Enhancers are cis‐regulatory elements that accurately control the spatiotemporal pattern of gene expression and these can function over large genomic distances to activate the target gene. Genomewide methodologies have revealed general chromatin signatures for enhancers and the human and mouse noncoding genomes have undergone an extensive functional annotation. An increasing number of enhancer mutations are showing association with human disease, and disease mechanisms are being described that result from altered gene expression. Owing to the modular nature of enhancers, mutations can generate disease phenotypes that represent either a subset of the symptoms of coding mutations or due to a change in specificity of enhancer activity, a novel phenotype. Topologically associated domains, also known as TADs, have emerged as a fundamental structural unit to limit enhancer regulatory activity and disruptions of these boundaries result in gene misexpression and disease.

Key Concepts

  • Enhancers function over large genomic distances to activate the target gene.
  • Methodologies have been developed to annotate the functional elements in the noncoding genome.
  • Mutations in enhancers that regulate developmental gene expression can cause congenital abnormalities.
  • Owing to the modular nature of enhancers the disease presentation may be different from mutations in the coding region of the target gene.
  • Disruption of TAD boundaries can result in gene misexpression and disease.
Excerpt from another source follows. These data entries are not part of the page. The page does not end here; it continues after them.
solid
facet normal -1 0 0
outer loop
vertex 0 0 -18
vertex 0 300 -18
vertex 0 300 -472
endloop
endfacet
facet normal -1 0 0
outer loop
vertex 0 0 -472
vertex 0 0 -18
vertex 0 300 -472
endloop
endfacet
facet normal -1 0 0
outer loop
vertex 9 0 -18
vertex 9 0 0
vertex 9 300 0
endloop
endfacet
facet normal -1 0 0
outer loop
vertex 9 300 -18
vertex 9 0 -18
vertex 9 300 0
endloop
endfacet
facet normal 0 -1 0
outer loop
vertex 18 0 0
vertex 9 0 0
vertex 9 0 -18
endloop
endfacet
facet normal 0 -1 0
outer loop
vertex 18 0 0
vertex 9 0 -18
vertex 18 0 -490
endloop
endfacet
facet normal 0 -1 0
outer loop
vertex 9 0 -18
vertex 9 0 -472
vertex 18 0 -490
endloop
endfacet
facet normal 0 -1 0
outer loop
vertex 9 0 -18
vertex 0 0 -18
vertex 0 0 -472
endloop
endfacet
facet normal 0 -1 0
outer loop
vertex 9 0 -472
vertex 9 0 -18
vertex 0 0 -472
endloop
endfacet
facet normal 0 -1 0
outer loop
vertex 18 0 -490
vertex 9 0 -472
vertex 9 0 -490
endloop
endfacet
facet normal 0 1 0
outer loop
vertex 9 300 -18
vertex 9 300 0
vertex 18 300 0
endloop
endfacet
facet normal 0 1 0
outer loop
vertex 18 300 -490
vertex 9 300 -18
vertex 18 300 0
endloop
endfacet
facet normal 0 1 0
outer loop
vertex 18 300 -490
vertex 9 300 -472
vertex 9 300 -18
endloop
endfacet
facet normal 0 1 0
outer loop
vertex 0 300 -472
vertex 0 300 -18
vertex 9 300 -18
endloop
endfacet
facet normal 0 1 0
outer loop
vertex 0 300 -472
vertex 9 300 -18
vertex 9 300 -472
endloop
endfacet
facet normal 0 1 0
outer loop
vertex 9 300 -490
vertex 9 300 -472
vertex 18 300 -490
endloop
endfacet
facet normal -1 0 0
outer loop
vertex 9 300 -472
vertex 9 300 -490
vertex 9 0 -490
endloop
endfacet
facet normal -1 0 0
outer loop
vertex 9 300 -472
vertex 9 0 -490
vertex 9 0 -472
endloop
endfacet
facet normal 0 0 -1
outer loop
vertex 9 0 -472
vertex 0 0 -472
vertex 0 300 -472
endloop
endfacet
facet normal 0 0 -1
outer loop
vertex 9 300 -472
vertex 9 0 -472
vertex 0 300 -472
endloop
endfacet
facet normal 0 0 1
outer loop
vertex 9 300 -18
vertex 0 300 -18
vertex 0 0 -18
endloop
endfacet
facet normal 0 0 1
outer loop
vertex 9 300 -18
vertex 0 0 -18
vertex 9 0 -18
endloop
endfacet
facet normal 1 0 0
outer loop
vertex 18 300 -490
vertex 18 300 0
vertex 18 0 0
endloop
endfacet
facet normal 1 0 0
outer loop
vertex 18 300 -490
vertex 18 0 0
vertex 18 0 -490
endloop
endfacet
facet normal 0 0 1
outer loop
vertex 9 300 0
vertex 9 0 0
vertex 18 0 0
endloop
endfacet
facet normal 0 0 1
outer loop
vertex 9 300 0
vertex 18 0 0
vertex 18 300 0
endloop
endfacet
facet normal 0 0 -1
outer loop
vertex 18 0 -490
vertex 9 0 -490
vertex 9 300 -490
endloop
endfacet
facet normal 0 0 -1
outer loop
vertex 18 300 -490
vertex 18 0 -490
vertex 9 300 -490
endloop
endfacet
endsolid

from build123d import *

# Parameters (mm, degrees)
SKETCH1_W           = 490
SKETCH1_H           = 300
BOSS_EXTRUDE1_DEPTH = 18
SKETCH5_W           = 9
SKETCH5_H           = 300
CUT_EXTRUDE1_DEPTH  = 18
SKETCH6_W           = 18
SKETCH6_H           = 300
CUT_EXTRUDE3_DEPTH  = 9


with BuildPart() as part:
    # Sketch1 → Boss-Extrude1 (new body)
    with BuildSketch(Plane(origin=(0, 0, 0), x_dir=(0, 0, -1), z_dir=(1, 0, 0))):
        with Locations((245, 150)):
            Rectangle(SKETCH1_W, SKETCH1_H)
    extrude(amount=BOSS_EXTRUDE1_DEPTH)

    # Sketch5 → Cut-Extrude1 (cut)
    with BuildSketch(Plane.XY):
        with Locations((4.5, 150)):
            Rectangle(SKETCH5_W, SKETCH5_H)
    extrude(amount=-CUT_EXTRUDE1_DEPTH, mode=Mode.SUBTRACT)

    # Sketch6 → Cut-Extrude3 (cut)
    with BuildSketch(Plane.ZY):
        with Locations((-481, 150)):
            Rectangle(SKETCH6_W, SKETCH6_H)
    extrude(amount=-CUT_EXTRUDE3_DEPTH, mode=Mode.SUBTRACT)


solid = part.part
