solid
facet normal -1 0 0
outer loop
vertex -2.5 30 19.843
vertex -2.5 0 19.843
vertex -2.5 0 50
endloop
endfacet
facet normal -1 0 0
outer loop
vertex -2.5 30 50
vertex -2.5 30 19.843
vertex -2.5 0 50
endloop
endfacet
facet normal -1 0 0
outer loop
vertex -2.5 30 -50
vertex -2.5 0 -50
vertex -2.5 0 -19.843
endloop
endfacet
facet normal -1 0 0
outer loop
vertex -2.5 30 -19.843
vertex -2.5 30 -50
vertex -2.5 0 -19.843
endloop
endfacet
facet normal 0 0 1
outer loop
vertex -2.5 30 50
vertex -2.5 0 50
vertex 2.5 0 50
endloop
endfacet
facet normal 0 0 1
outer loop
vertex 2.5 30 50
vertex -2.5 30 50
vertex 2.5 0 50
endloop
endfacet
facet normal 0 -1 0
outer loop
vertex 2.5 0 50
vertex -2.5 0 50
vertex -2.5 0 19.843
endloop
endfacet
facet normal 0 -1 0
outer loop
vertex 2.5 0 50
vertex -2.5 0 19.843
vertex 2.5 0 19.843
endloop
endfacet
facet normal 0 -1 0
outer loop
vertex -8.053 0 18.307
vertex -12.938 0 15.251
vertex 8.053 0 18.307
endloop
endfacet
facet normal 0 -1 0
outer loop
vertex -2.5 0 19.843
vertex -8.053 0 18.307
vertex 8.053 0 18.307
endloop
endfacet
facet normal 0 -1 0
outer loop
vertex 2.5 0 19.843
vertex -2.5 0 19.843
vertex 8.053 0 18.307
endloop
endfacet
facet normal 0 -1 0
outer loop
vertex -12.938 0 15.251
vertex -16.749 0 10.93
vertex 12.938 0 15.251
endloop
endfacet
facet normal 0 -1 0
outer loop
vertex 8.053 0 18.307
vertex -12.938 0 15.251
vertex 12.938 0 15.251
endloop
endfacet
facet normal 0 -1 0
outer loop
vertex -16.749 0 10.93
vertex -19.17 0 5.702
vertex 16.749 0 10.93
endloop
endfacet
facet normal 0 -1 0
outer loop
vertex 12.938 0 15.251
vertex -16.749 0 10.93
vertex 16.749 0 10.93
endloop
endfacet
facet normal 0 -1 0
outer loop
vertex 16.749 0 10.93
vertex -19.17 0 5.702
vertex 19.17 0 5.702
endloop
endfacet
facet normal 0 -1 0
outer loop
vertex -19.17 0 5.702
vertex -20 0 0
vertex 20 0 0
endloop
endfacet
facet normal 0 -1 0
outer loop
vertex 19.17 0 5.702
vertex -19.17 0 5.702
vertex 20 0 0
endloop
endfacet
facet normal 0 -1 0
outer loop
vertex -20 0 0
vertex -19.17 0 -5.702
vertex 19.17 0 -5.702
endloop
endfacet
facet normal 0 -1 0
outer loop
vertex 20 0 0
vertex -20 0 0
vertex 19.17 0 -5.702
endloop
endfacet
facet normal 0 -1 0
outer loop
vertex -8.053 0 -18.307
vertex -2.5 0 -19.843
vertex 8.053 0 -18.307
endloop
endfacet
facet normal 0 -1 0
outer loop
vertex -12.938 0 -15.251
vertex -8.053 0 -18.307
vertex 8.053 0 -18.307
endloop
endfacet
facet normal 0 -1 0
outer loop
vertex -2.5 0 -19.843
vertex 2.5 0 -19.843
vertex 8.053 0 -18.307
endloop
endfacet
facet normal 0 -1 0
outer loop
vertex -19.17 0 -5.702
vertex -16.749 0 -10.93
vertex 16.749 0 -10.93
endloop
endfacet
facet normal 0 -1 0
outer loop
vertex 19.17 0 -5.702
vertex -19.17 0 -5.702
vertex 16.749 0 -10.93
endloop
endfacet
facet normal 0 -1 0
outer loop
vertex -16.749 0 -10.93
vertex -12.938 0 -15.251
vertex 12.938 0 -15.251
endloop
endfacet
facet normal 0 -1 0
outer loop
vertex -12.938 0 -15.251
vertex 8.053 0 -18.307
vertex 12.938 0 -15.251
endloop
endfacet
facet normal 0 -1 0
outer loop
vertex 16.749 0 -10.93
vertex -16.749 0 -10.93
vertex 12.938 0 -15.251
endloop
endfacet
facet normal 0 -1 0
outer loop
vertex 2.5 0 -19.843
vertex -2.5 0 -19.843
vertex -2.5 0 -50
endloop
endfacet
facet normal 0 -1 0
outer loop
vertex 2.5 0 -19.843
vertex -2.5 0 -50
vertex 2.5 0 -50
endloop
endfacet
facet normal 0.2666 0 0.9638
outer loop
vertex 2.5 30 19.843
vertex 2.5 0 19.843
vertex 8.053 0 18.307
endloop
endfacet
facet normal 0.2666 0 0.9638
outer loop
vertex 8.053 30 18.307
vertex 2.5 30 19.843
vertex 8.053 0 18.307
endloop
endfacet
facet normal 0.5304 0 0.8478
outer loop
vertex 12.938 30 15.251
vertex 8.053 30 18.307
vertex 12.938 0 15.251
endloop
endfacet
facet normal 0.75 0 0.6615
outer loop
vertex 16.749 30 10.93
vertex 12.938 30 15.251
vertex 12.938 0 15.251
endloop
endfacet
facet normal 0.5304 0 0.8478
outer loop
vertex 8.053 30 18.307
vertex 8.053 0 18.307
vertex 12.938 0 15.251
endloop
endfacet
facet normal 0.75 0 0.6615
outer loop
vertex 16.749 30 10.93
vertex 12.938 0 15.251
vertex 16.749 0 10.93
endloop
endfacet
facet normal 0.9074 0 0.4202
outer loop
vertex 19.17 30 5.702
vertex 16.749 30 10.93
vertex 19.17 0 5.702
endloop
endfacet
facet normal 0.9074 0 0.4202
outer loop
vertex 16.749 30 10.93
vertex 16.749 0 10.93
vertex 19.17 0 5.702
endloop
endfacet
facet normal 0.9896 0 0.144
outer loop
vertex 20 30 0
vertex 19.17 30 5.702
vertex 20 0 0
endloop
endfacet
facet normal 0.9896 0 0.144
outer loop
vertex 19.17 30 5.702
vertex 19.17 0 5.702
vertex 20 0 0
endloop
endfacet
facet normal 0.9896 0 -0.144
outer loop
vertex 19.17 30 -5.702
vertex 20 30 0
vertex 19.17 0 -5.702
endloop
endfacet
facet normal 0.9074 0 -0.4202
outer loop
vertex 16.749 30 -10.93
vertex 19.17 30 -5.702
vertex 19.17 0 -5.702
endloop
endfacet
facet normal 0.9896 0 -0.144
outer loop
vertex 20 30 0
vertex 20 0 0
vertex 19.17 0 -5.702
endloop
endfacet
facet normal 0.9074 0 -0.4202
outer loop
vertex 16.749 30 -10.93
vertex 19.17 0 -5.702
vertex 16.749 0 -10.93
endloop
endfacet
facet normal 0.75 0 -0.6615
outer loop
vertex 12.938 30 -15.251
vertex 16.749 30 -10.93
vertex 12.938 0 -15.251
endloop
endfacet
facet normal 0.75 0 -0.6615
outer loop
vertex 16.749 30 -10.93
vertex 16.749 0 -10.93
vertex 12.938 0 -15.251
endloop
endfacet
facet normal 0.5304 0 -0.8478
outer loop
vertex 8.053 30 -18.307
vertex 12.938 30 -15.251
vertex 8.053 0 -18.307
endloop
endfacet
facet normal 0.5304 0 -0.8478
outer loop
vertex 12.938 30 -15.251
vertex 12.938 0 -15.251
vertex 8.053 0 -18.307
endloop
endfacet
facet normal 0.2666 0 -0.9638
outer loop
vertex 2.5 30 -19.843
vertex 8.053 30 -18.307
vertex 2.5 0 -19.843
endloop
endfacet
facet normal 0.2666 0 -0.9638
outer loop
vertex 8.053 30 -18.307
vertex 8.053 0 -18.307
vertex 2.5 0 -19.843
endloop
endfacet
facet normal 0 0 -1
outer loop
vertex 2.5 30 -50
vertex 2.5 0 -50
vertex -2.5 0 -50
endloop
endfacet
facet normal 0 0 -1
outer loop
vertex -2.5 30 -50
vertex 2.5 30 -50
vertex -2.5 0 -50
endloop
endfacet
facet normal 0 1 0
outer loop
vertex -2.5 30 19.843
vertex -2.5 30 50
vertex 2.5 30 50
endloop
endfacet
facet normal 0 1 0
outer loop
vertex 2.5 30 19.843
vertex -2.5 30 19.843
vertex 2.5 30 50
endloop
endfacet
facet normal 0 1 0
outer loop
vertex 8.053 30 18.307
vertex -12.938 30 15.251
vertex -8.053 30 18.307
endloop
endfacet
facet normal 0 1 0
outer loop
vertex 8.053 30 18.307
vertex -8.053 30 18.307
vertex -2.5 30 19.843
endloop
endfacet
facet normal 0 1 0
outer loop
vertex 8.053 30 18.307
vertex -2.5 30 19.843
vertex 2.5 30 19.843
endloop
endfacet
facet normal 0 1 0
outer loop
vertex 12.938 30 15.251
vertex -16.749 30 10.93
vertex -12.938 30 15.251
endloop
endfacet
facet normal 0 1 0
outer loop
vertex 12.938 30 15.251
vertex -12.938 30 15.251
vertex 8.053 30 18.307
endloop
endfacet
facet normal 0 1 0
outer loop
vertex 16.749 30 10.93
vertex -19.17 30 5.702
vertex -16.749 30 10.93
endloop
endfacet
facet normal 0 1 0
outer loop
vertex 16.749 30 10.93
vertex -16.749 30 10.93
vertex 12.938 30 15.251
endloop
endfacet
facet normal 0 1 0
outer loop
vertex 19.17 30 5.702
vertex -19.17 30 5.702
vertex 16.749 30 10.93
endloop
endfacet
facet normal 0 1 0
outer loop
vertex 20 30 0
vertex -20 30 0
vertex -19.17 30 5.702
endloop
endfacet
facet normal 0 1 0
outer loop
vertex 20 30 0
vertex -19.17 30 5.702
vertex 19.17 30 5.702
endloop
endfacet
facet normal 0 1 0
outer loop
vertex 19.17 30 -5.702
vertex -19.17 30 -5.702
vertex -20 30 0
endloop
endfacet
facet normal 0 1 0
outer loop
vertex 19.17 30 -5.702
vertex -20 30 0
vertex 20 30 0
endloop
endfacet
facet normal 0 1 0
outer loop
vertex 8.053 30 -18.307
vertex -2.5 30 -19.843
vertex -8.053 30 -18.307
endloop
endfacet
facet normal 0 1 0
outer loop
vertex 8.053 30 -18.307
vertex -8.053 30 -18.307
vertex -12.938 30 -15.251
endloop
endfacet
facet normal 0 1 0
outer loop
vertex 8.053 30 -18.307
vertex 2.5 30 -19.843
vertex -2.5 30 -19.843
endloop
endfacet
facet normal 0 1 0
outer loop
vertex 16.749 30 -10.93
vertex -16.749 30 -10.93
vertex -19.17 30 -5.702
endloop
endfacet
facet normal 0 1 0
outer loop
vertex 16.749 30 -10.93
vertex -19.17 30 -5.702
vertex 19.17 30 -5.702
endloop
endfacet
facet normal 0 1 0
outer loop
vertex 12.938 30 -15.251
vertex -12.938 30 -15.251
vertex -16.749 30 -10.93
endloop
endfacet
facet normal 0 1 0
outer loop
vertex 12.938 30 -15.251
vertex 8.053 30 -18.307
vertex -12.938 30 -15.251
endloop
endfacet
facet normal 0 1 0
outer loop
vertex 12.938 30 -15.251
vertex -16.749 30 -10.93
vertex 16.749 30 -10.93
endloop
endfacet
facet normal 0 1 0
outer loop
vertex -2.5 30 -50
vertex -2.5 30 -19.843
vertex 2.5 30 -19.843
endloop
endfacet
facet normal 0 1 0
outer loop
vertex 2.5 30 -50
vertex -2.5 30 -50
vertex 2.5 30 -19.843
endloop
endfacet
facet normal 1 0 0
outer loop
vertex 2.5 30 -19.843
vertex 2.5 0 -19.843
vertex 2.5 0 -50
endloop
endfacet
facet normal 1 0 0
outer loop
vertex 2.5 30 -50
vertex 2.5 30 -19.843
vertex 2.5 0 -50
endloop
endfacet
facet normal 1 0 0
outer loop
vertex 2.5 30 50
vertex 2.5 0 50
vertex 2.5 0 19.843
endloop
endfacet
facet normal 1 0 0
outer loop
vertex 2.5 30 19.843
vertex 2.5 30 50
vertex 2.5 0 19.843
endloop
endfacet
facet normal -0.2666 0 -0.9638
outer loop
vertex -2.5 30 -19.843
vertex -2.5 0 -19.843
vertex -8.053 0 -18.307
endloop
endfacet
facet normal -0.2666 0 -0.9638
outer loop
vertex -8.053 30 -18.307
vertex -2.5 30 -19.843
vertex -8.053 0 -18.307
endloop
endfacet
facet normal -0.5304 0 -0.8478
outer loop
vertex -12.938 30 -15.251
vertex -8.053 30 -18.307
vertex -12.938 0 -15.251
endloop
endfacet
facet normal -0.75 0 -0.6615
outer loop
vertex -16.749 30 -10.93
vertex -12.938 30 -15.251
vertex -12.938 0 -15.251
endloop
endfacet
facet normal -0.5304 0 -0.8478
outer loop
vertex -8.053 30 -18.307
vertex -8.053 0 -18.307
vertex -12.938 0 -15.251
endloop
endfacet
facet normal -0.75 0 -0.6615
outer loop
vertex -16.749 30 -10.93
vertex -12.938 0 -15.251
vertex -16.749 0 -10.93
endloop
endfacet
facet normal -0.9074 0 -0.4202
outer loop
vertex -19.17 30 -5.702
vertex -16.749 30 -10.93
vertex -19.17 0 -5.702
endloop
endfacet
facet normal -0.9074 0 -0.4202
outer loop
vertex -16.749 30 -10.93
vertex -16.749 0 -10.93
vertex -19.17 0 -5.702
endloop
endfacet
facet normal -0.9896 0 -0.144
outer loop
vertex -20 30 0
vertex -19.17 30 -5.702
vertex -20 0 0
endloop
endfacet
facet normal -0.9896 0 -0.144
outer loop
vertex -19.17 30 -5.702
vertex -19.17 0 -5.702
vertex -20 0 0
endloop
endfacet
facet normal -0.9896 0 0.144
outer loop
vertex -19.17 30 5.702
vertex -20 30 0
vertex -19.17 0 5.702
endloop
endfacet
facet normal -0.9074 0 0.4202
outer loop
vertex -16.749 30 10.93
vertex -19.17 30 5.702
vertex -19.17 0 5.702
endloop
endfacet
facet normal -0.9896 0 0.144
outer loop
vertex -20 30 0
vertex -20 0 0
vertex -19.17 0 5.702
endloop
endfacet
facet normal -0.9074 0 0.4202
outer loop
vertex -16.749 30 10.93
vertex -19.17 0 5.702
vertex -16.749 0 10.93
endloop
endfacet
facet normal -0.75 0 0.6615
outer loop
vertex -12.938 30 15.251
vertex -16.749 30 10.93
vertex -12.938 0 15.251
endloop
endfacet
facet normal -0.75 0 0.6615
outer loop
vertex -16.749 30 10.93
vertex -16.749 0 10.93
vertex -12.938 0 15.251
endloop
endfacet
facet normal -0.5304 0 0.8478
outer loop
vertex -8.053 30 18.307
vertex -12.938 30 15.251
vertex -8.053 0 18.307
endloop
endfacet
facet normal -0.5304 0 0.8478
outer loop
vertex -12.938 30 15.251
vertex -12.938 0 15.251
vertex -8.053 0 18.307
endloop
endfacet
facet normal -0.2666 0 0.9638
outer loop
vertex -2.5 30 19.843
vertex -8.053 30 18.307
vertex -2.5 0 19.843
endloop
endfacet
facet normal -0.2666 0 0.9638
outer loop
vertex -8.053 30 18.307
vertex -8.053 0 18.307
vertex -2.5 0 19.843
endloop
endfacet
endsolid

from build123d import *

# Parameters (mm, degrees)
EXTRUDE_1_DEPTH = 30


with BuildPart() as part:
    # 草图1 → 凸台-拉伸1 (new body)
    with BuildSketch(Plane(origin=(0, 0, 0), x_dir=(1, 0, 0), z_dir=(0, 1, 0))):
        with BuildLine():
            Line((-2.5, 50), (-2.5, 19.843134833))
            ThreePointArc((-2.5, 19.843134833), (-20, 0), (-2.5, -19.843134833))
            Line((-2.5, -19.843134833), (-2.5, -50))
            Line((-2.5, -50), (2.5, -50))
            Line((2.5, -50), (2.5, -19.843134833))
            ThreePointArc((2.5, -19.843134833), (20, 0), (2.5, 19.843134833))
            Line((2.5, 19.843134833), (2.5, 50))
            Line((2.5, 50), (-2.5, 50))
        make_face()
    extrude(amount=EXTRUDE_1_DEPTH)


solid = part.part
Keywords: cis‐regulatory mutation; enhancer; congenital abnormalities; gene expression; topological associated domains

Figure 1. The roles of enhancers in regulating gene expression in the PAX6, SOX9 and SHH loci. (a) In the PAX6 locus, PAX6 protein binds to the SIMO enhancer leading to its interaction with the PAX6 gene. This maintains an auto regulatory feedback loop resulting in the production of additional PAX6 (i). A G>T point mutation alters the PAX6 binding site within the SIMO enhancer leading to reduced PAX6 binding and loss of the auto regulatory loop (ii). (b) In the SOX9 locus a collection of highly conserved noncoding elements (HCNEs) between the SOX9 and KCNJ2 genes are responsible for regulating optimal SOX9 levels (i). Increased binding of MSX1 (which acts as an inhibitor) at one of these HCNEs due to a T>C point mutation weakens its influence on the SOX9 gene expression leading to a disease phenotype (ii). Removal of this HCNE completely due to a 75 kb deletion also effects SOX9 levels (iii). In contrast, a duplication event may lead to overproduction of SOX9 due to the action of additional HCNEs on the SOX9 gene (iv). (c) In the limb bud the SHH gene is regulated by the ZRS, while in the forebrain it is regulated by SBE2. Within the limb, SHH is maintained in the posterior regions due to the correct ratio of ETS1/GABPα to ETV4/ETV5 proteins bound at the ZRS (i). Point mutations within this enhancer can lead to additional ETS1/GABPα sites at the detriment of ETV4/ETV5 sites, leading to the production of SHH in both anterior and posterior regions and the associated limb phenotypes (ii). Likewise, a 2 kb deletion may remove a silencer acting on the SHH gene leading to ectopic SHH expression (iii). In the forebrain the SHH gene is regulated by SBE2, which is situated roughly equidistant between the ZRS and SHH (iv). An inversion event removes the influence of SBE2, instead allowing an enhancer (HCNE2) within the EMID2 gene to regulate SHH expression, a process referred to as enhancer adoption (v).
Figure 2. Point mutations can effect transcription factor binding sites (TFBSs) within an enhancer leading to alterations in gene expression. (a) The precise quantity and type of transcription factor binding to enhancers are responsible for regulating the normal expression levels of a gene. (b) Point mutations within an enhancer may remove some of these TFBSs leading to reduced binding and reduced expression of the target gene. (c) Sometimes mutations may create sites for repressor proteins, which again leads to a reduction in target gene expression. (d) Alternatively, point mutations may produce additional TFBSs for activator proteins, which may result in ectopic gene expression.
Figure 3. Topological associated domains (TADs) are separated by boundary regions, which, when removed, allow enhancers from previously inaccessible regions to influence the expression of genes within the TAD. (a) Within a TAD, boundary regions such as those provided by CTCF sites restrict the influence of enhancers to genes within a defined area. (b) However, when a TAD boundary is removed, perhaps due to a deletion, enhancers from the adjacent TAD may act on genes within this deconstructed TAD thereby leading to abnormal gene expression levels.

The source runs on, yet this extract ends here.